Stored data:
====

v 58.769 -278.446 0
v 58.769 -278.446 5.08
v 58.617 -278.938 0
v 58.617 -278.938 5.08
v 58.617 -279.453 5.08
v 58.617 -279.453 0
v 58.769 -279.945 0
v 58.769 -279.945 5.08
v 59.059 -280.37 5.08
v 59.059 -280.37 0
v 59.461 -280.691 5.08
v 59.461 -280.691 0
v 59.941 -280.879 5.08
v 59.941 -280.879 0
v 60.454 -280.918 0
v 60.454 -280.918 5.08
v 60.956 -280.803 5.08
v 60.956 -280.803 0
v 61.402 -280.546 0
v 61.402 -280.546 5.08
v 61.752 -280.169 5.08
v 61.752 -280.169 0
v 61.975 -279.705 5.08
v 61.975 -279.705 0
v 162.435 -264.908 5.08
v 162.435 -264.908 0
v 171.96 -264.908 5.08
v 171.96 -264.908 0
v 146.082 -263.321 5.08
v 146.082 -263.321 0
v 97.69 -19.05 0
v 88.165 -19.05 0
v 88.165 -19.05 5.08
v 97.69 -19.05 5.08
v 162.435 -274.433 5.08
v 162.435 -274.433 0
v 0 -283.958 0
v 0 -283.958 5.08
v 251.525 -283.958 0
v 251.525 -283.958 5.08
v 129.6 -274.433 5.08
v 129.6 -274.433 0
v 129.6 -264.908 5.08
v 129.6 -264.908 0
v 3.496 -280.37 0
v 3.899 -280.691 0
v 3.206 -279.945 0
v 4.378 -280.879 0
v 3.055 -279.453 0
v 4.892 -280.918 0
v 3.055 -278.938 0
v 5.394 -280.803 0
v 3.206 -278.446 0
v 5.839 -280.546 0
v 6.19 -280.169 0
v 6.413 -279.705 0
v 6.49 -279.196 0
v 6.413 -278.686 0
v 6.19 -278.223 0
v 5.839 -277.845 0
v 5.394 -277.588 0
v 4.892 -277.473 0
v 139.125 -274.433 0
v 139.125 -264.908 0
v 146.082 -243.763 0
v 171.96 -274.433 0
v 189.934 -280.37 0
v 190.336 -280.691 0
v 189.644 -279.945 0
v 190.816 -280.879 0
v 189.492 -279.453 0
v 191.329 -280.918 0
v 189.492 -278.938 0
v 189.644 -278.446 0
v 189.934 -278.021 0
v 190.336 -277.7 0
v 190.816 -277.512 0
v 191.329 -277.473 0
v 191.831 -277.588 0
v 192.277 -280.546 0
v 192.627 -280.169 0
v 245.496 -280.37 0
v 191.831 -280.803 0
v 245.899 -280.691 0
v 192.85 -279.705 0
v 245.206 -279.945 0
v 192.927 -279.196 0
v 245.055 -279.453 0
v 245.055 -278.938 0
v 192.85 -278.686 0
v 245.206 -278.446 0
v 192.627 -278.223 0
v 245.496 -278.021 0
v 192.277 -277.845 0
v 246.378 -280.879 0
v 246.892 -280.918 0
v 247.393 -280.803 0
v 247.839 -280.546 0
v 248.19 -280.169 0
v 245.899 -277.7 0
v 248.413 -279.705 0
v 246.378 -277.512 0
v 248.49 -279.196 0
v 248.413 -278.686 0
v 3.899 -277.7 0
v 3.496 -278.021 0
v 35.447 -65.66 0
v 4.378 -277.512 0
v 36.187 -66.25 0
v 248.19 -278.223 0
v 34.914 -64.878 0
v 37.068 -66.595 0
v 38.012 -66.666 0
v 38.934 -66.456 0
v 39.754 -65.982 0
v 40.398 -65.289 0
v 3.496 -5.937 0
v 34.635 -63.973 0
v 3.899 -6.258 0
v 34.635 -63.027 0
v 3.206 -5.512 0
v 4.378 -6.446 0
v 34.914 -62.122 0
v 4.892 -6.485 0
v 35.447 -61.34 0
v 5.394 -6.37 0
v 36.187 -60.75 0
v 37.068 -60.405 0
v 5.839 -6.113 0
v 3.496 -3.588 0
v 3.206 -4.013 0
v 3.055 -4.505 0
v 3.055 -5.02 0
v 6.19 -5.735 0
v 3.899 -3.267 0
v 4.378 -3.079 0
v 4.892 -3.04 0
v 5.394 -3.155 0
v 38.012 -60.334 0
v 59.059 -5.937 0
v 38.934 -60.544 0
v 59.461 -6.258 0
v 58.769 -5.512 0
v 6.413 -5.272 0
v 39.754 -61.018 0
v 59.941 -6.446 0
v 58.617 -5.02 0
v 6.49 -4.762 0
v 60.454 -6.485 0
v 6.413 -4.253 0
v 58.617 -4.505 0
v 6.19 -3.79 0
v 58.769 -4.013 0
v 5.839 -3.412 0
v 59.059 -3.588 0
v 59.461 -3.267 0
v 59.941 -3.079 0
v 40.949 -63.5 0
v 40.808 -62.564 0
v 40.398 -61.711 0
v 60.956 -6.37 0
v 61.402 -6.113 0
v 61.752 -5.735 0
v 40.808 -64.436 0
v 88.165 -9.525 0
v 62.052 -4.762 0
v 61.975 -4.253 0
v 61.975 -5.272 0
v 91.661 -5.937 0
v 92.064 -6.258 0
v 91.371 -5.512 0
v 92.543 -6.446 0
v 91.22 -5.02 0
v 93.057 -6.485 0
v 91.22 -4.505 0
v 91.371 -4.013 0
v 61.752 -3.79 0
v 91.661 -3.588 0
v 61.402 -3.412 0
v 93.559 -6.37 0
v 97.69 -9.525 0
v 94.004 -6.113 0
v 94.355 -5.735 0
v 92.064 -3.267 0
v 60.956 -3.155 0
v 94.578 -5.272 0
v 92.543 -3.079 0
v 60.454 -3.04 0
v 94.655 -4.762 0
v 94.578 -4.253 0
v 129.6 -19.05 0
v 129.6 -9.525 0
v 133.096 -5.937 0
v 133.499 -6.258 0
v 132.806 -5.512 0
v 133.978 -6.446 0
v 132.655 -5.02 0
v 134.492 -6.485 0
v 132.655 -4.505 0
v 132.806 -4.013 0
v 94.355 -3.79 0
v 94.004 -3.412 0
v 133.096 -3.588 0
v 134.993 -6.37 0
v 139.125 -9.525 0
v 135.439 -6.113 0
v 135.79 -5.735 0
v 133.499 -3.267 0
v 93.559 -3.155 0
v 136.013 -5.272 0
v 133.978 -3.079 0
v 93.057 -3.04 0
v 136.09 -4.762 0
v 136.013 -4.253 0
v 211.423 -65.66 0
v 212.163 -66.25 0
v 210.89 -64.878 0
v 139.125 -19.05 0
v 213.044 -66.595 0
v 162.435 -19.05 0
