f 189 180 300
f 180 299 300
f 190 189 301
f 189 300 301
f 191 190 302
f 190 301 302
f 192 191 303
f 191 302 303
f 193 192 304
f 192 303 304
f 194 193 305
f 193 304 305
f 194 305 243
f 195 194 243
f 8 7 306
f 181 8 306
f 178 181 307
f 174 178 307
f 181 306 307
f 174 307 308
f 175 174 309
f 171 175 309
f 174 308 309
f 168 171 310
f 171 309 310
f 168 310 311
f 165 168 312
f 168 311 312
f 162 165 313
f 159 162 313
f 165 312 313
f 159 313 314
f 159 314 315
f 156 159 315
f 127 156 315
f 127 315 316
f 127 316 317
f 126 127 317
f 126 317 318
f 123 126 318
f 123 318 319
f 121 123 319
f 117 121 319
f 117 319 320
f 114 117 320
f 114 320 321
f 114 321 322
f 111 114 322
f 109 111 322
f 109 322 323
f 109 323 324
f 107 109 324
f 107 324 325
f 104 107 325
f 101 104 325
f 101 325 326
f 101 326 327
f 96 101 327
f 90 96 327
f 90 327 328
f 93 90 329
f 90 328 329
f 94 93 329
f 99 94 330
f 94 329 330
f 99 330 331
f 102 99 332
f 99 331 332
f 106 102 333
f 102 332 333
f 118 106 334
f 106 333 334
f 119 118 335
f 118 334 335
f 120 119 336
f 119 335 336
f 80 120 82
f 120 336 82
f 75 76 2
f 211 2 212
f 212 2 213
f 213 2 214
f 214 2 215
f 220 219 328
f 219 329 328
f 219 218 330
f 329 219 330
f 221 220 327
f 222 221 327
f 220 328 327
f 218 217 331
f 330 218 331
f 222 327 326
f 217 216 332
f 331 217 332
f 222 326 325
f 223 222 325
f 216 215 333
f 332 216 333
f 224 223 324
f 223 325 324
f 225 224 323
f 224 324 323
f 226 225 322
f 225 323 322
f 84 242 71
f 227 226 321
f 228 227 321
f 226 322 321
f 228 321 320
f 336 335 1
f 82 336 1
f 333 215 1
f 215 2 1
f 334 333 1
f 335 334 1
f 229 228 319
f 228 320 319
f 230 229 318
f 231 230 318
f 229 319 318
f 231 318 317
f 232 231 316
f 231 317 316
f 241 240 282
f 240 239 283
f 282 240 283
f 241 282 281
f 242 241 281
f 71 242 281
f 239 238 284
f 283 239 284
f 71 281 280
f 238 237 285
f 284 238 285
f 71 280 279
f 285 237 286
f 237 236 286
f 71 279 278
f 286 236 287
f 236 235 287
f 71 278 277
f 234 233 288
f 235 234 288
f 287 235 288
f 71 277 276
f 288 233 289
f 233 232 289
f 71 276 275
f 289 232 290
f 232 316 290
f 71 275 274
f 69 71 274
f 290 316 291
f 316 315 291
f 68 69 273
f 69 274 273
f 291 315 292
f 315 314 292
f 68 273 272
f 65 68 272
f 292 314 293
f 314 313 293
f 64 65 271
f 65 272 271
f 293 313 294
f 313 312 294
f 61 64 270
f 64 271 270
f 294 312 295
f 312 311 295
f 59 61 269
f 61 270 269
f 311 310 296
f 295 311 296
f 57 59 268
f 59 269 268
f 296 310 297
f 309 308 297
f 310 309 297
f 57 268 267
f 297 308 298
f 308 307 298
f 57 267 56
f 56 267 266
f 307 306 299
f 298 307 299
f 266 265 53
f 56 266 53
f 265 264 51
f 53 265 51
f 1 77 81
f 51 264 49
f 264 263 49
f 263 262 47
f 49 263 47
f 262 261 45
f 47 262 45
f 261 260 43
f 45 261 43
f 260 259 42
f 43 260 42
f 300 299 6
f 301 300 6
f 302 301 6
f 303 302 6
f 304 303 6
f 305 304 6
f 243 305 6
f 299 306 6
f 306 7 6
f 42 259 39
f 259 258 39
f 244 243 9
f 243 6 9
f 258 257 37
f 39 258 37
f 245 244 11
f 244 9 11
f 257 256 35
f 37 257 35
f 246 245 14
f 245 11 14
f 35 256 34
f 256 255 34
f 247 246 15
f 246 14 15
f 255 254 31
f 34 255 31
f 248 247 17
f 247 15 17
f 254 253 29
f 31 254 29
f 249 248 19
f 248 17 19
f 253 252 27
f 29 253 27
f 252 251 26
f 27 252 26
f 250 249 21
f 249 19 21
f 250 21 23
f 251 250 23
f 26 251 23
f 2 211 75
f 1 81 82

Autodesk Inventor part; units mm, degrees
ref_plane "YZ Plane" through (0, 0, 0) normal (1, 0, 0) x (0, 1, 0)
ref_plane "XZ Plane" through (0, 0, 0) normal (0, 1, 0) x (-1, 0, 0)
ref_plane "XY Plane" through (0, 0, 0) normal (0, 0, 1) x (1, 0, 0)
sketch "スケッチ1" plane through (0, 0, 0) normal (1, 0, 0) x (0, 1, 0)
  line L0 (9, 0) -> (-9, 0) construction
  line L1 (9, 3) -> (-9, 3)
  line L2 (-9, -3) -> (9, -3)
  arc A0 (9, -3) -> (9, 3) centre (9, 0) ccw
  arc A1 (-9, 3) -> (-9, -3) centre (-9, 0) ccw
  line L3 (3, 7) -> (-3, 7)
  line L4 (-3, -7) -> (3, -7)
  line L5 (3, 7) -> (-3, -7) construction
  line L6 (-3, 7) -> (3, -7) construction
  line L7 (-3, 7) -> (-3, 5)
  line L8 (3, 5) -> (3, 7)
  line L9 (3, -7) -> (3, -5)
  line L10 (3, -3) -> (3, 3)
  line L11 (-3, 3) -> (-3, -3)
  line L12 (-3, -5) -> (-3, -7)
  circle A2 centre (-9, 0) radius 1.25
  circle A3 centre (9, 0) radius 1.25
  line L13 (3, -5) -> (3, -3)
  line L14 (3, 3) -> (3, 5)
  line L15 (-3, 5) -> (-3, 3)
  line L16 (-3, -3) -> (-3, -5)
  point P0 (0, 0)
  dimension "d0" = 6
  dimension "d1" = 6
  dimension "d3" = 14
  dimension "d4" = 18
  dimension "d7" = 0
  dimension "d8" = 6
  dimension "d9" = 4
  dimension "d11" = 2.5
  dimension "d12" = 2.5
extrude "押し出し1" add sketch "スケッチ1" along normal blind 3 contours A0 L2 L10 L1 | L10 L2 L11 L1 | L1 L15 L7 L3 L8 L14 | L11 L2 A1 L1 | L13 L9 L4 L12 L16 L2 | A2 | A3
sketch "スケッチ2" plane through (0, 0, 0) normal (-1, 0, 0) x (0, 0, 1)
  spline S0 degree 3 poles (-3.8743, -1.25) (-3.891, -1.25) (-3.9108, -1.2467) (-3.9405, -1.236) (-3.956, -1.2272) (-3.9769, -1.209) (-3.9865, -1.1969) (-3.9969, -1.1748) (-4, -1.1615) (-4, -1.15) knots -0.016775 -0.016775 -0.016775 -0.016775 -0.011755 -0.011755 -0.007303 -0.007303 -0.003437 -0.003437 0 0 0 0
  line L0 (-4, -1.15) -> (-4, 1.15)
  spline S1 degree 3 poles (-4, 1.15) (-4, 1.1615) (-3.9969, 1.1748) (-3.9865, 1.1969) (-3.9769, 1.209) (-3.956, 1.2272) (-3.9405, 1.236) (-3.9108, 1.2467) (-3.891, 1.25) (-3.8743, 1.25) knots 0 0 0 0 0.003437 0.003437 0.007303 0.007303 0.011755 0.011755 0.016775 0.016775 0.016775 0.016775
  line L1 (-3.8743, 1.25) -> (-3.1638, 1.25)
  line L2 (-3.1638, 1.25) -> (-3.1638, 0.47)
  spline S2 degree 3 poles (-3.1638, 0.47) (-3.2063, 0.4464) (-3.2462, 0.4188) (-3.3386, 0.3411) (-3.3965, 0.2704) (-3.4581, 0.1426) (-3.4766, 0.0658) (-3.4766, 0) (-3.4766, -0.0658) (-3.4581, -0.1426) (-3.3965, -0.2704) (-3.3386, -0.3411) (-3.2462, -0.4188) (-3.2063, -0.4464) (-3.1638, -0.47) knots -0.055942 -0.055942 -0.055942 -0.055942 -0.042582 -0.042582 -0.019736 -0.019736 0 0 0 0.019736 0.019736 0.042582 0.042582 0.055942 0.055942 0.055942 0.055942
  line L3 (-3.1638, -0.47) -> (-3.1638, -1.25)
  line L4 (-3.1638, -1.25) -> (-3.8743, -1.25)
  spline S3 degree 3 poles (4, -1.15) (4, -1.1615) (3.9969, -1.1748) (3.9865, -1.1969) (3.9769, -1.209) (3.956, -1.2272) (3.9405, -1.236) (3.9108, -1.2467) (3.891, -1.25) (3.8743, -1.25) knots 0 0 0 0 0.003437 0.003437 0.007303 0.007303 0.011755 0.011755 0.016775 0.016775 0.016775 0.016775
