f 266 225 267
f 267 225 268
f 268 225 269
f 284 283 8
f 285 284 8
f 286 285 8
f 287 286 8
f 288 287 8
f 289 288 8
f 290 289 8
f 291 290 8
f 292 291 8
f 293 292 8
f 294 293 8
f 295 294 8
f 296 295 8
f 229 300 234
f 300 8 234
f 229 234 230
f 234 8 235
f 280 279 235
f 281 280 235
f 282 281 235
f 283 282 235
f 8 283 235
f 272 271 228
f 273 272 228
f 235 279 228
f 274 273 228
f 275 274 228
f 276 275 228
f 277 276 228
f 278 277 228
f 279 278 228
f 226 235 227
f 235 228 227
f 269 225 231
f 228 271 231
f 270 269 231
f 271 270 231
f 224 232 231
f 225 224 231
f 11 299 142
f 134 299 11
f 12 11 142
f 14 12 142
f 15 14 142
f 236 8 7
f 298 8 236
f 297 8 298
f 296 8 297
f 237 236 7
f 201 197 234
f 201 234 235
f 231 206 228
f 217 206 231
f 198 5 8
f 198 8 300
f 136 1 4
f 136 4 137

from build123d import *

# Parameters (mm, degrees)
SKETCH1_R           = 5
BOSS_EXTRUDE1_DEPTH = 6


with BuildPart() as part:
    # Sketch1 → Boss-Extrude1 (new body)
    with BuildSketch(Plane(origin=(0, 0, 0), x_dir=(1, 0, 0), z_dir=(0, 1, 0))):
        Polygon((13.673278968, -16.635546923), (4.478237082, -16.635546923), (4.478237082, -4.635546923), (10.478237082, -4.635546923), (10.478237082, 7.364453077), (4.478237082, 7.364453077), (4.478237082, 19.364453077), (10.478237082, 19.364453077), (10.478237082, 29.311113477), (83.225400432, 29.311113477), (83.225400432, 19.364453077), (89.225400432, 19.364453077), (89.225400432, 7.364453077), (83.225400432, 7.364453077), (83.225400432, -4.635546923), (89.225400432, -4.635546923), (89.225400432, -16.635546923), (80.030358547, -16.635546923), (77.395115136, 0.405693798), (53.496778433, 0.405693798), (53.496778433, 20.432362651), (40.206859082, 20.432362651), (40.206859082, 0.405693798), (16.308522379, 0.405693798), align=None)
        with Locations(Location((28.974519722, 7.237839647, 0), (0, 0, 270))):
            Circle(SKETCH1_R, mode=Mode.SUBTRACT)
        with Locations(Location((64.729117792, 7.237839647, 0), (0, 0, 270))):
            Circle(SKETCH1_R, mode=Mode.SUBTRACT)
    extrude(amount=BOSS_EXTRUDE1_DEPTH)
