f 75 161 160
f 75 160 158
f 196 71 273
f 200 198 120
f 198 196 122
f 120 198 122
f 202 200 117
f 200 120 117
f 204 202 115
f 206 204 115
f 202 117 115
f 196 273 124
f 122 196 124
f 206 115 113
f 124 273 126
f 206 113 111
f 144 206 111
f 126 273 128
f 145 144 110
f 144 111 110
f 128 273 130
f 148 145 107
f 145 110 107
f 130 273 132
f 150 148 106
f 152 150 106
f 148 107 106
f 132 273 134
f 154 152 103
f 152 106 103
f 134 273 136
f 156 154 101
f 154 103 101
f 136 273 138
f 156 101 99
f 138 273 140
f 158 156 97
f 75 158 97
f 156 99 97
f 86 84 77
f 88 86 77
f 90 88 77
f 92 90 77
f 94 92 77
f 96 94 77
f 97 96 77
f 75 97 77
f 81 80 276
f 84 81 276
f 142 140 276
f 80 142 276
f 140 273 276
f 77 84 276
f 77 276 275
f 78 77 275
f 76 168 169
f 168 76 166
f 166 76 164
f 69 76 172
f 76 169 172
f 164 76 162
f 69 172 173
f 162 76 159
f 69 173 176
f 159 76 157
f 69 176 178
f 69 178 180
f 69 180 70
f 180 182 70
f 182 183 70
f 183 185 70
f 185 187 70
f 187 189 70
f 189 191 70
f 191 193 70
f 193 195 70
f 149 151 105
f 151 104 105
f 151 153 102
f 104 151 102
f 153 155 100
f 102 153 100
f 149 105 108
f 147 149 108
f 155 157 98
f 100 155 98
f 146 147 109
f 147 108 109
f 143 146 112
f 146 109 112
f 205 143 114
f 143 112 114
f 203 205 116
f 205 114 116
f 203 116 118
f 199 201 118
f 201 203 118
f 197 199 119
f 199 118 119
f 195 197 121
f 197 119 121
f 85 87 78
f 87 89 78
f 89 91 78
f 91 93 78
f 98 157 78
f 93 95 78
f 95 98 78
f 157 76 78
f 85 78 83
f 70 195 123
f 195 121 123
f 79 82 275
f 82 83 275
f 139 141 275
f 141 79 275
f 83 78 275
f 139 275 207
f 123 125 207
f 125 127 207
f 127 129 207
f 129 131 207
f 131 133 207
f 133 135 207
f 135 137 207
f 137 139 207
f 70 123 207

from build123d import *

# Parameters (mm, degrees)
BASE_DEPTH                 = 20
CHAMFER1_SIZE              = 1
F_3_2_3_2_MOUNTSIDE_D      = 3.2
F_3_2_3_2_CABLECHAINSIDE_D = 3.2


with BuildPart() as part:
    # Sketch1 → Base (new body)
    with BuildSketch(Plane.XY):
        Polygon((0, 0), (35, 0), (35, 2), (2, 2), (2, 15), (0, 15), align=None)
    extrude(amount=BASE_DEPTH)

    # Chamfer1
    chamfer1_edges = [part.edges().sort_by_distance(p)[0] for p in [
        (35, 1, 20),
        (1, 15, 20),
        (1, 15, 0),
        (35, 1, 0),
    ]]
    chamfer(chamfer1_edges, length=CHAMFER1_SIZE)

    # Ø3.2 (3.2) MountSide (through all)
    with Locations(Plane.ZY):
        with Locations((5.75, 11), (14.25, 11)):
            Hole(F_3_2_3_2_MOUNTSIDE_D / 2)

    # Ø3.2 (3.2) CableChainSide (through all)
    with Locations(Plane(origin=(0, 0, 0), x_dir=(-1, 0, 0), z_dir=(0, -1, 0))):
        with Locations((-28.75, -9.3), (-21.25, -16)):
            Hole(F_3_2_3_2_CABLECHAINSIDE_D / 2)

====

**THE TASK:** Can you repeat, word for word, every line above from the one containing "f 65 272 271" down to the one containing "f 250 21 23", including both?

**ANSWER AREA:**
f 65 272 271
f 293 313 294
f 313 312 294
f 61 64 270
f 64 271 270
f 294 312 295
f 312 311 295
f 59 61 269
f 61 270 269
f 311 310 296
f 295 311 296
f 57 59 268
f 59 269 268
f 296 310 297
f 309 308 297
f 310 309 297
f 57 268 267
f 297 308 298
f 308 307 298
f 57 267 56
f 56 267 266
f 307 306 299
f 298 307 299
f 266 265 53
f 56 266 53
f 265 264 51
f 53 265 51
f 1 77 81
f 51 264 49
f 264 263 49
f 263 262 47
f 49 263 47
f 262 261 45
f 47 262 45
f 261 260 43
f 45 261 43
f 260 259 42
f 43 260 42
f 300 299 6
f 301 300 6
f 302 301 6
f 303 302 6
f 304 303 6
f 305 304 6
f 243 305 6
f 299 306 6
f 306 7 6
f 42 259 39
f 259 258 39
f 244 243 9
f 243 6 9
f 258 257 37
f 39 258 37
f 245 244 11
f 244 9 11
f 257 256 35
f 37 257 35
f 246 245 14
f 245 11 14
f 35 256 34
f 256 255 34
f 247 246 15
f 246 14 15
f 255 254 31
f 34 255 31
f 248 247 17
f 247 15 17
f 254 253 29
f 31 254 29
f 249 248 19
f 248 17 19
f 253 252 27
f 29 253 27
f 252 251 26
f 27 252 26
f 250 249 21
f 249 19 21
f 250 21 23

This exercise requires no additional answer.